▸ **Goal of the exercise**: Keep only the lines from the top of the listing through the one with "f 35 110 112", and reproduce them unaltered.

▸ **The input**:
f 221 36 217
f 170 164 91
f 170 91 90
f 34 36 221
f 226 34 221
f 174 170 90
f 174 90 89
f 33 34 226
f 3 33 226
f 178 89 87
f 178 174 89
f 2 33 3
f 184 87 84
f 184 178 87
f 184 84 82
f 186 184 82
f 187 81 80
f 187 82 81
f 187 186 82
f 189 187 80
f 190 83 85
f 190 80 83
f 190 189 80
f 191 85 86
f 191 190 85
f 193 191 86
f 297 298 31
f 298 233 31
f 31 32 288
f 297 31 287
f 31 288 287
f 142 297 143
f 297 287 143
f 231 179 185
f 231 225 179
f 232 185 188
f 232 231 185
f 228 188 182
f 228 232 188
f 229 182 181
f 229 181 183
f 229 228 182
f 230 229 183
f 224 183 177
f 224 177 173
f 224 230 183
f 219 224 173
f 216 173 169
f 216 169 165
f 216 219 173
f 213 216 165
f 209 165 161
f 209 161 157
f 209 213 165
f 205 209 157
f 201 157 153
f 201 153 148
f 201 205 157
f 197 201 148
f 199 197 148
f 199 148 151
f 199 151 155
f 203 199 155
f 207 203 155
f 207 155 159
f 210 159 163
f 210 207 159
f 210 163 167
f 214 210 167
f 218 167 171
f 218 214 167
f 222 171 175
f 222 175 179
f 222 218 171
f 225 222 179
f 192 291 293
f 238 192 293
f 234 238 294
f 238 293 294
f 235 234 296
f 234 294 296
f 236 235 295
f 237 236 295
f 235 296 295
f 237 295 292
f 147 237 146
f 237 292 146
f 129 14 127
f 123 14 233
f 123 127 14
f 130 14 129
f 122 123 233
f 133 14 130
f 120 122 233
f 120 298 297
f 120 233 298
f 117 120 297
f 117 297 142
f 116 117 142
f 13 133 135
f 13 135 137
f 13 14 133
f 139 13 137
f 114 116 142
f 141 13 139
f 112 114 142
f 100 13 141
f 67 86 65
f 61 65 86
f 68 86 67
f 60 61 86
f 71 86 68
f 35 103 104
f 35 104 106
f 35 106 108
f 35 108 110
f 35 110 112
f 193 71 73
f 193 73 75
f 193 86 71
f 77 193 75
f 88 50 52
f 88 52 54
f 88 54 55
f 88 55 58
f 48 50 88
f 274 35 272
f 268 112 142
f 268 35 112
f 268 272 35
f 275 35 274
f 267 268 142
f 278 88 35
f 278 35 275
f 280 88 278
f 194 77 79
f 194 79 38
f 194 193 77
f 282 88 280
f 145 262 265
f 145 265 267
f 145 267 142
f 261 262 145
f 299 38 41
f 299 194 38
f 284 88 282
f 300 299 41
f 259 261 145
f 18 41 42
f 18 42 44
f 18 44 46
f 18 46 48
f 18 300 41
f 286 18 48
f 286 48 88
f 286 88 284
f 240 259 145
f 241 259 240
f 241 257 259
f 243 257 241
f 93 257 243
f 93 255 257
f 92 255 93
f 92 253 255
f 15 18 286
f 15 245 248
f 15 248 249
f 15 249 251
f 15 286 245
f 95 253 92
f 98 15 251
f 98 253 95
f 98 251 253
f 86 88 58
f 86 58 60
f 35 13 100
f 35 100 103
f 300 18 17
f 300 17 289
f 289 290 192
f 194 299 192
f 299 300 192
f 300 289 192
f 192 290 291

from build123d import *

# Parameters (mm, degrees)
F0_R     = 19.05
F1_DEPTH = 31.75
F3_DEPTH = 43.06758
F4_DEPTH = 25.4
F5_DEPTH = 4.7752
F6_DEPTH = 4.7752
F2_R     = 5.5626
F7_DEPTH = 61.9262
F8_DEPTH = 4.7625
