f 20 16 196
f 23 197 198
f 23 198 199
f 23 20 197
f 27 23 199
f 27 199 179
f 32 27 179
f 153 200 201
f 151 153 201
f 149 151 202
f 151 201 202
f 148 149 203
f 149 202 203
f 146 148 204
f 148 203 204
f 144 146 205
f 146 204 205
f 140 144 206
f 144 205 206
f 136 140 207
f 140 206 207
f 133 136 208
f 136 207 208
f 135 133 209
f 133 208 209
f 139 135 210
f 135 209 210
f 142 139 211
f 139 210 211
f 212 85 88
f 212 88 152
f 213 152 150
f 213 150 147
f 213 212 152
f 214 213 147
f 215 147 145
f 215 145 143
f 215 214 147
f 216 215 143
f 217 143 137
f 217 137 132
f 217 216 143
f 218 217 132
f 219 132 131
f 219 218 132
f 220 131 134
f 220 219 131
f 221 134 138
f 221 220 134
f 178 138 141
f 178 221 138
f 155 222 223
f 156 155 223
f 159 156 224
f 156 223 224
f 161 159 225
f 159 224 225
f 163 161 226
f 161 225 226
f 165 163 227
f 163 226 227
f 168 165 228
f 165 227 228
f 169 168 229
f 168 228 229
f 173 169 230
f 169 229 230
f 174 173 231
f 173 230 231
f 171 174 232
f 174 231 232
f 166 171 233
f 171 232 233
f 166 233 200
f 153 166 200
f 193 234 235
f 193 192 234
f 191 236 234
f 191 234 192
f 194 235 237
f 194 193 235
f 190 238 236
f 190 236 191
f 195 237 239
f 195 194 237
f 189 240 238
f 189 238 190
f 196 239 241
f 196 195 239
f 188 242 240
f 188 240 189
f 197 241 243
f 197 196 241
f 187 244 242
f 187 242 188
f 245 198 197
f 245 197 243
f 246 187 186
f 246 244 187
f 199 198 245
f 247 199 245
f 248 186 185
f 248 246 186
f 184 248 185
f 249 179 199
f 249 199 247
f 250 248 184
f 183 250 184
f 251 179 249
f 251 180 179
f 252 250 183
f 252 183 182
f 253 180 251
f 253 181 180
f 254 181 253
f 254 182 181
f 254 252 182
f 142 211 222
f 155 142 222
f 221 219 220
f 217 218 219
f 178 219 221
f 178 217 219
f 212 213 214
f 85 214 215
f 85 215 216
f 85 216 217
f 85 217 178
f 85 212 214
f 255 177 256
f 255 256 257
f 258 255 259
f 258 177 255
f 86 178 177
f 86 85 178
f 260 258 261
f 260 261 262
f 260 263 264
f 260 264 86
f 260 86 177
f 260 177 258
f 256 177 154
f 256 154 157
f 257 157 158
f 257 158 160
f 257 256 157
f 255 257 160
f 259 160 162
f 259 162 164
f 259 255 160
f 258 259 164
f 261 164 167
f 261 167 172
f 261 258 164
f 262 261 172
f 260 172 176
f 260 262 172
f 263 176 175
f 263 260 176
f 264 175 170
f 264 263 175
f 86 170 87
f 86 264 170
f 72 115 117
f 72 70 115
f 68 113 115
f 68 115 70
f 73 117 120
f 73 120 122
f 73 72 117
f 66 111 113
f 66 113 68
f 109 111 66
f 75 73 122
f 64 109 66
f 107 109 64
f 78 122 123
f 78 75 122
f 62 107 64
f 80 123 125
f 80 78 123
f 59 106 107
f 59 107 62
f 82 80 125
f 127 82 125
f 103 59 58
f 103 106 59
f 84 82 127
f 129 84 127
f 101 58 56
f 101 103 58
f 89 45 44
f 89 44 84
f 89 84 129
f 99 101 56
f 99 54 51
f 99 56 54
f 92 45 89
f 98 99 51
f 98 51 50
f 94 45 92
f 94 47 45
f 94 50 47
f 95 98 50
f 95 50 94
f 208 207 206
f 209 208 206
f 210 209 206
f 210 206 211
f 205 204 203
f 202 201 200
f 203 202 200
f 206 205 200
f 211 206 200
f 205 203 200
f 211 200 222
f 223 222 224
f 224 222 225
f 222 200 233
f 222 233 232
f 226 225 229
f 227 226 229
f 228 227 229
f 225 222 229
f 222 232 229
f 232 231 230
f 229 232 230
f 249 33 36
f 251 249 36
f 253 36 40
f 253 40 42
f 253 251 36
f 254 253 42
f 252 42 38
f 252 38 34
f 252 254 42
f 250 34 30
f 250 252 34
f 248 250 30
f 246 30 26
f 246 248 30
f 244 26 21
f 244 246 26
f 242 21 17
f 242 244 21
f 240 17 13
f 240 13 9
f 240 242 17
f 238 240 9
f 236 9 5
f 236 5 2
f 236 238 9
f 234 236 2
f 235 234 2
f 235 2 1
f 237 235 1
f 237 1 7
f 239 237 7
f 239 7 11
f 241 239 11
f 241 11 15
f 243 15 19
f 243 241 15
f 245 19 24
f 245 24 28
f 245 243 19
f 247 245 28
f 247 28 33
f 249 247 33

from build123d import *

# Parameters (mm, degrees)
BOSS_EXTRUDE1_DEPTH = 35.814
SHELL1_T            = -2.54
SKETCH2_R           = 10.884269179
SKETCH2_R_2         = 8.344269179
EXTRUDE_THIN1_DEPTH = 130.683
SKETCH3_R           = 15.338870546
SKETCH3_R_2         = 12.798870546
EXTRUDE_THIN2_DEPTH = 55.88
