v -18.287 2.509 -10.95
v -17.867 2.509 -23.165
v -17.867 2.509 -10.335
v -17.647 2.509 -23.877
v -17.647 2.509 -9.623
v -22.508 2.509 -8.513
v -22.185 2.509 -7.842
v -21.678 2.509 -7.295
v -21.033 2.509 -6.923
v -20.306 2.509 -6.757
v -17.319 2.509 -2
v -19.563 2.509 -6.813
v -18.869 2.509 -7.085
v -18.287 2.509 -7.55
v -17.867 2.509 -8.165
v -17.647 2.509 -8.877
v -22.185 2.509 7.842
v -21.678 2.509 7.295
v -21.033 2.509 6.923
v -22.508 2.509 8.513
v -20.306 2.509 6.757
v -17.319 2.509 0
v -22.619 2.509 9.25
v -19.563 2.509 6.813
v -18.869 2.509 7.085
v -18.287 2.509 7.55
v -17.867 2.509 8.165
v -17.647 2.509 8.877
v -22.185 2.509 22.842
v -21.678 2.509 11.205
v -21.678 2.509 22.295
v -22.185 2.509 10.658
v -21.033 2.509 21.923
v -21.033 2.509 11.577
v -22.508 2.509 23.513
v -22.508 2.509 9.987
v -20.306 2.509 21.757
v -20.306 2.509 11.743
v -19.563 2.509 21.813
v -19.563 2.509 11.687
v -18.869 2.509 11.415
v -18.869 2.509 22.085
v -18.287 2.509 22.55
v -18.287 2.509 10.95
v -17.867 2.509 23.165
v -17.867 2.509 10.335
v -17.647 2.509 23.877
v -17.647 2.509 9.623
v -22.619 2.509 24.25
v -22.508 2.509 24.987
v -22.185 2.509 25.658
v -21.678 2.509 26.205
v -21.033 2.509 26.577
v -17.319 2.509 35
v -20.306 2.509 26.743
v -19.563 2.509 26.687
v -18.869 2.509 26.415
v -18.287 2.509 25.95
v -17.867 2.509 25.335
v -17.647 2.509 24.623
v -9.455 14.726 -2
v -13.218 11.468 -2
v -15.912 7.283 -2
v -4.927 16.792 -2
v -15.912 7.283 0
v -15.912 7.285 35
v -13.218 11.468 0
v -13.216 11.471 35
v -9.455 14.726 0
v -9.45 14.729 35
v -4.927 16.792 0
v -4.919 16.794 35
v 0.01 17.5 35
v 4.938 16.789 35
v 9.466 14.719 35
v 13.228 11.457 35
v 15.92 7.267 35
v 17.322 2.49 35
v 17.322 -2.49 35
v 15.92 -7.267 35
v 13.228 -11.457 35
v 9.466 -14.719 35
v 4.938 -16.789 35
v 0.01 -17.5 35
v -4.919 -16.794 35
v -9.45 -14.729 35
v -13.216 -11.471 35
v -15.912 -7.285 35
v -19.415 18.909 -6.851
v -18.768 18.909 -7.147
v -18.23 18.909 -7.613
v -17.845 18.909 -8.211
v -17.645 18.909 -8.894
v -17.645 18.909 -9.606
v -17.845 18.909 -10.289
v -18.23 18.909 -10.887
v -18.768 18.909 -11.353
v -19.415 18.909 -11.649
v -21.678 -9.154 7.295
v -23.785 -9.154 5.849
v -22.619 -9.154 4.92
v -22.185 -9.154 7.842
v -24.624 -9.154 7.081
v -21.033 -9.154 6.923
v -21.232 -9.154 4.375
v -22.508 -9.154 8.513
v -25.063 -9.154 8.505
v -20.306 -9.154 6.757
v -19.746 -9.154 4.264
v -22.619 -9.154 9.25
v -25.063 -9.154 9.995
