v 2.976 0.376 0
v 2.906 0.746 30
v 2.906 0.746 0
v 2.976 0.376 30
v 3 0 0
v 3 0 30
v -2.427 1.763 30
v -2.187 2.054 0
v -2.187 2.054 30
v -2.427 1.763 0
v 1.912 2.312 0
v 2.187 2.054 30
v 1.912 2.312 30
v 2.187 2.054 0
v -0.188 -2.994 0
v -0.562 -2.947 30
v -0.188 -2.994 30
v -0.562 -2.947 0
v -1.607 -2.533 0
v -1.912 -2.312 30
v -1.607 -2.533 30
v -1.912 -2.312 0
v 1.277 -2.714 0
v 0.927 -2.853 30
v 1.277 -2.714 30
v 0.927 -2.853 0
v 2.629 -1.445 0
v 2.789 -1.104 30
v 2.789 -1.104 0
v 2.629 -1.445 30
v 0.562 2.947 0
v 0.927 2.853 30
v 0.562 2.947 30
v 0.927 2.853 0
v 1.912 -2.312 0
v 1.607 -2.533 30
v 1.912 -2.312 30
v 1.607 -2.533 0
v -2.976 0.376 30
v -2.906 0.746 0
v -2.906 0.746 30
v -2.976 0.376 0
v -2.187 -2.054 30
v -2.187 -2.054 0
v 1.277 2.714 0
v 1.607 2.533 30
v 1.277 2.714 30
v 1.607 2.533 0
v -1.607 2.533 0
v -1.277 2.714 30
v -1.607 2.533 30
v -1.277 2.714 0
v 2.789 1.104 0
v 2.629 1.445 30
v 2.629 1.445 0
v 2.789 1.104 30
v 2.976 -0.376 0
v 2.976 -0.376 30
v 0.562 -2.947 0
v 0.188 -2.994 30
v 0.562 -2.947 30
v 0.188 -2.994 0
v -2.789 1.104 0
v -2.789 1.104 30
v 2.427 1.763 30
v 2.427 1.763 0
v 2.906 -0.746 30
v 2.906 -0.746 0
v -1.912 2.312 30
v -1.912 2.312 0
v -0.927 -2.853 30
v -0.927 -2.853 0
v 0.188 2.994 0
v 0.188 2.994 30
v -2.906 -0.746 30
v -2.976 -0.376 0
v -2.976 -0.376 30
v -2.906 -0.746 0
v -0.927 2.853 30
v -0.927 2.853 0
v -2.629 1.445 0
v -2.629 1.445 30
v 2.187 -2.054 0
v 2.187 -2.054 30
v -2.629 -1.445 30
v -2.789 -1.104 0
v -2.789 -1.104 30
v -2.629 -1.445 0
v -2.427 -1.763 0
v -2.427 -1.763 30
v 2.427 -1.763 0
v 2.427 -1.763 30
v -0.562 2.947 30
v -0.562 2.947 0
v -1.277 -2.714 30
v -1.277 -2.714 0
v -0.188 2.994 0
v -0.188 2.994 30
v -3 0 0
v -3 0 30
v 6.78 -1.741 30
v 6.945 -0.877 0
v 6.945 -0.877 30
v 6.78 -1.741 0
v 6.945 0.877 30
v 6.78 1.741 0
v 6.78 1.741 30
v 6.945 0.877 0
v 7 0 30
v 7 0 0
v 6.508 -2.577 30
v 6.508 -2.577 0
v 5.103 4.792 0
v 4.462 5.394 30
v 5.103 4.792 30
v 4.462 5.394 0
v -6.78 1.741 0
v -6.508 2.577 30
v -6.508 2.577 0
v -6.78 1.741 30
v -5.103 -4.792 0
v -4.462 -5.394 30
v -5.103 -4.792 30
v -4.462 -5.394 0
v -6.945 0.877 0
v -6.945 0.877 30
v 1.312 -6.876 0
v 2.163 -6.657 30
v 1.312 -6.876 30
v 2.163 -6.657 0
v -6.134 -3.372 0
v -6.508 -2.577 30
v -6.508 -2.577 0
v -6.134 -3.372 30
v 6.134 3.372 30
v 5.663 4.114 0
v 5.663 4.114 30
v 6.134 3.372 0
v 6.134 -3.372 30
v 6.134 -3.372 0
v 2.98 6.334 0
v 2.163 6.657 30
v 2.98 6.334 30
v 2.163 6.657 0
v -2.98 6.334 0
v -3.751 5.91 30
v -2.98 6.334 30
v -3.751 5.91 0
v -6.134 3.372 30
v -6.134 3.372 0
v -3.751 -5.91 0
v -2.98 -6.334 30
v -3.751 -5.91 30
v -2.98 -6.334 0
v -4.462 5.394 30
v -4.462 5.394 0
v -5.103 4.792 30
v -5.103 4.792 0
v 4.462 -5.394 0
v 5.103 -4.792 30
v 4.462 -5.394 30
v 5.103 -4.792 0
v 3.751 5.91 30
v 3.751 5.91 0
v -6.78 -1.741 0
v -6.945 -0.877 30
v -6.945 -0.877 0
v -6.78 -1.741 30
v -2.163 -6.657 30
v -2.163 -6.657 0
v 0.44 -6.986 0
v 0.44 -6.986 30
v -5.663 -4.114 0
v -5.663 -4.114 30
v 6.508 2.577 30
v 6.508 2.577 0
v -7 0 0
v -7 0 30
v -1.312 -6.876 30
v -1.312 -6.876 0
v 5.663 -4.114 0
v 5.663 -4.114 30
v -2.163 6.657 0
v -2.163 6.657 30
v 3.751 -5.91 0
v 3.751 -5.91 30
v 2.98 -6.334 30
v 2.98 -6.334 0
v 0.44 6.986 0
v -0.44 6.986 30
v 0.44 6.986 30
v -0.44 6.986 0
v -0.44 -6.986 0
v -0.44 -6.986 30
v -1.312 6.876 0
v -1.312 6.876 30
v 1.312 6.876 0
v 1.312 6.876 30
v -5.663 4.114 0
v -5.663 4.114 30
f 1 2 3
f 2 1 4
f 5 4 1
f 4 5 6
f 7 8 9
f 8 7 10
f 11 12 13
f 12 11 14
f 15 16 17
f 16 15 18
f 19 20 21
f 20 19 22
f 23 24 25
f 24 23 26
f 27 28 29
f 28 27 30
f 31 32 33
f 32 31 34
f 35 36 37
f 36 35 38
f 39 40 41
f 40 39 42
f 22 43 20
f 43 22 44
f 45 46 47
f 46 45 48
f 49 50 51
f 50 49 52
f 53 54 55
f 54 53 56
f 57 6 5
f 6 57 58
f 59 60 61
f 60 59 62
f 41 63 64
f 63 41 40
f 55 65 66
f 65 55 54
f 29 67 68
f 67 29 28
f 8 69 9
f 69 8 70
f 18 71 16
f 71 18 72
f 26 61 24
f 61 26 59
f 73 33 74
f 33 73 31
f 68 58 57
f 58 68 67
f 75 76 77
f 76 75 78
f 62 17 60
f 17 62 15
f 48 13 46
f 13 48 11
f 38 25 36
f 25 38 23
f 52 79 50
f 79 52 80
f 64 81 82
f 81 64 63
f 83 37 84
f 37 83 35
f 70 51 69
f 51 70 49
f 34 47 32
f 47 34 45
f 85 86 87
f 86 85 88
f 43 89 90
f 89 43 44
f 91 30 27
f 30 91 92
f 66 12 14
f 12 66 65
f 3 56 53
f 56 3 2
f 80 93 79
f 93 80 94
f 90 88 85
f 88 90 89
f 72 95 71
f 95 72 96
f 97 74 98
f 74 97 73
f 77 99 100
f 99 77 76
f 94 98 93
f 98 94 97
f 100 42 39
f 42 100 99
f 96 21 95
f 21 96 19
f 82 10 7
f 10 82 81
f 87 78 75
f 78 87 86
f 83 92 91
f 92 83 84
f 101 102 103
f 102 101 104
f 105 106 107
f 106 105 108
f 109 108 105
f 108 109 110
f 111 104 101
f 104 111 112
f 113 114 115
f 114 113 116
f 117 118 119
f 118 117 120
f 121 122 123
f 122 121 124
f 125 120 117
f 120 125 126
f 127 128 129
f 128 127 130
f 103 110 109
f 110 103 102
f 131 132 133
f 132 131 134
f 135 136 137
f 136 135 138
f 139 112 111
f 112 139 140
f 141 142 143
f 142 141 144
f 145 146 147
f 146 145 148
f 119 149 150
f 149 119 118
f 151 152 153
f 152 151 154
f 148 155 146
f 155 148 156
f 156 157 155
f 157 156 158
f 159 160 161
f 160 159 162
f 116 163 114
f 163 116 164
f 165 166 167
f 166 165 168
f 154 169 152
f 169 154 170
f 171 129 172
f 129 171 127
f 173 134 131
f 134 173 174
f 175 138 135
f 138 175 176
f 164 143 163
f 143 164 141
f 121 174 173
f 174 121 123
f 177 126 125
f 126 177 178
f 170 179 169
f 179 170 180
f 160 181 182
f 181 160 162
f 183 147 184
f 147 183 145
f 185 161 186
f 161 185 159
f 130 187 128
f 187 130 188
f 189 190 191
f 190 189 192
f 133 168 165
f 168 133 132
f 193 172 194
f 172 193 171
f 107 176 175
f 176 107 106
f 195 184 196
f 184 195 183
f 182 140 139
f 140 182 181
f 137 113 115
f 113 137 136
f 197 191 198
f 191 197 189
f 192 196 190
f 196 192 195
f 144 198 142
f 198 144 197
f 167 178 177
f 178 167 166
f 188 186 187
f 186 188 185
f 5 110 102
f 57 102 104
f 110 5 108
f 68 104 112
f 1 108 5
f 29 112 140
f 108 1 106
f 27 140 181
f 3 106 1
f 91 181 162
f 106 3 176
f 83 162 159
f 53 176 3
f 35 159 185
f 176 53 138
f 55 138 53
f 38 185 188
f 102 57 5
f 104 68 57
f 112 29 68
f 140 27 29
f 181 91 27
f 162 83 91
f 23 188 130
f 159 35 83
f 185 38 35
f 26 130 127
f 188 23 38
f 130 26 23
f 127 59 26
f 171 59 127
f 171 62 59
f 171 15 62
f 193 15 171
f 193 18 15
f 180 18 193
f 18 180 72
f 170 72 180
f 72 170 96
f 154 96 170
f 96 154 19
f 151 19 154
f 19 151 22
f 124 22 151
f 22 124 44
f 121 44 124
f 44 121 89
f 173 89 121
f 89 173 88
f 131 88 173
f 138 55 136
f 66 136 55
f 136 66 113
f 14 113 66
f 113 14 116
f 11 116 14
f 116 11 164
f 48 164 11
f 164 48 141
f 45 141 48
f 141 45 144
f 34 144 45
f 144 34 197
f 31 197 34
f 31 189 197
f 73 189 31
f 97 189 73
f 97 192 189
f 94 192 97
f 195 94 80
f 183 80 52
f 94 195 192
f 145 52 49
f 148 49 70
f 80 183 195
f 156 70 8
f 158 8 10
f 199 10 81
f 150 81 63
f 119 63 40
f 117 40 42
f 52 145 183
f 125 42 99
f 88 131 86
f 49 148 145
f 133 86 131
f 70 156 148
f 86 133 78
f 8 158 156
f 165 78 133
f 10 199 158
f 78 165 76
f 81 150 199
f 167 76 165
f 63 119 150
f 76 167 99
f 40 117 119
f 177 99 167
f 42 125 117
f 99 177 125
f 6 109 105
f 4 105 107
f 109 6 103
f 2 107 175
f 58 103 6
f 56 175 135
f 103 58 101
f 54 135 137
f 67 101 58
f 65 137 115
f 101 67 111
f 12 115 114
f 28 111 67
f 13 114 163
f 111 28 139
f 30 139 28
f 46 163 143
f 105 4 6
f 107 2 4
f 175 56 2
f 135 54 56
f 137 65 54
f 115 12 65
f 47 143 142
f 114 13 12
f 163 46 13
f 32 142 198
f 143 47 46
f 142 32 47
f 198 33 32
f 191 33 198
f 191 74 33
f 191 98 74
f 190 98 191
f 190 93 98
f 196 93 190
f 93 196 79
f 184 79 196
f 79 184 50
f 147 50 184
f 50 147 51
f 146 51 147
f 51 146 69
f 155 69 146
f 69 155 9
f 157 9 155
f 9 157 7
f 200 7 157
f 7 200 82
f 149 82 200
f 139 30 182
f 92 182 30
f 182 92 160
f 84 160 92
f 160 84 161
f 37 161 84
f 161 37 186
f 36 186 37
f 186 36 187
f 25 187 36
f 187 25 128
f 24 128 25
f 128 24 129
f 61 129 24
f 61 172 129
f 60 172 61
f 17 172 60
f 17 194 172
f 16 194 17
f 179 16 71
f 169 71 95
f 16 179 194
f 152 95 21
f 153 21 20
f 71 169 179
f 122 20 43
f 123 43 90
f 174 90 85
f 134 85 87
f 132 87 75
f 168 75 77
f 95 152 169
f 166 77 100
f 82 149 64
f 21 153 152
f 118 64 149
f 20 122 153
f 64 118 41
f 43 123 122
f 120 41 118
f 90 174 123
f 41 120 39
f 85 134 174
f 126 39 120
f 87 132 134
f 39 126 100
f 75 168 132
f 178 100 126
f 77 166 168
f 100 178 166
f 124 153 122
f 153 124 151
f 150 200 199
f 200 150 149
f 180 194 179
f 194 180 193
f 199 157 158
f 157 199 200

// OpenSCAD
$fn = 50;


difference() {
	union() {
		cylinder(h = 30, r = 7.0000000000);
	}
	union() {
		translate(v = [0.0000000000, 0.0000000000, -100.0000000000]) {
			cylinder(h = 200, r = 3.0000000000);
		}
		translate(v = [0.0000000000, 0.0000000000, -100.0000000000]) {
			cylinder(h = 200, r = 3.0000000000);
		}
		translate(v = [0.0000000000, 0.0000000000, -100.0000000000]) {
			cylinder(h = 200, r = 3.0000000000);
		}
		translate(v = [0.0000000000, 0.0000000000, -100.0000000000]) {
			cylinder(h = 200, r = 3.0000000000);
		}
	}
}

▸ **Task solution**:
f 221 36 217
f 170 164 91
f 170 91 90
f 34 36 221
f 226 34 221
f 174 170 90
f 174 90 89
f 33 34 226
f 3 33 226
f 178 89 87
f 178 174 89
f 2 33 3
f 184 87 84
f 184 178 87
f 184 84 82
f 186 184 82
f 187 81 80
f 187 82 81
f 187 186 82
f 189 187 80
f 190 83 85
f 190 80 83
f 190 189 80
f 191 85 86
f 191 190 85
f 193 191 86
f 297 298 31
f 298 233 31
f 31 32 288
f 297 31 287
f 31 288 287
f 142 297 143
f 297 287 143
f 231 179 185
f 231 225 179
f 232 185 188
f 232 231 185
f 228 188 182
f 228 232 188
f 229 182 181
f 229 181 183
f 229 228 182
f 230 229 183
f 224 183 177
f 224 177 173
f 224 230 183
f 219 224 173
f 216 173 169
f 216 169 165
f 216 219 173
f 213 216 165
f 209 165 161
f 209 161 157
f 209 213 165
f 205 209 157
f 201 157 153
f 201 153 148
f 201 205 157
f 197 201 148
f 199 197 148
f 199 148 151
f 199 151 155
f 203 199 155
f 207 203 155
f 207 155 159
f 210 159 163
f 210 207 159
f 210 163 167
f 214 210 167
f 218 167 171
f 218 214 167
f 222 171 175
f 222 175 179
f 222 218 171
f 225 222 179
f 192 291 293
f 238 192 293
f 234 238 294
f 238 293 294
f 235 234 296
f 234 294 296
f 236 235 295
f 237 236 295
f 235 296 295
f 237 295 292
f 147 237 146
f 237 292 146
f 129 14 127
f 123 14 233
f 123 127 14
f 130 14 129
f 122 123 233
f 133 14 130
f 120 122 233
f 120 298 297
f 120 233 298
f 117 120 297
f 117 297 142
f 116 117 142
f 13 133 135
f 13 135 137
f 13 14 133
f 139 13 137
f 114 116 142
f 141 13 139
f 112 114 142
f 100 13 141
f 67 86 65
f 61 65 86
f 68 86 67
f 60 61 86
f 71 86 68
f 35 103 104
f 35 104 106
f 35 106 108
f 35 108 110
f 35 110 112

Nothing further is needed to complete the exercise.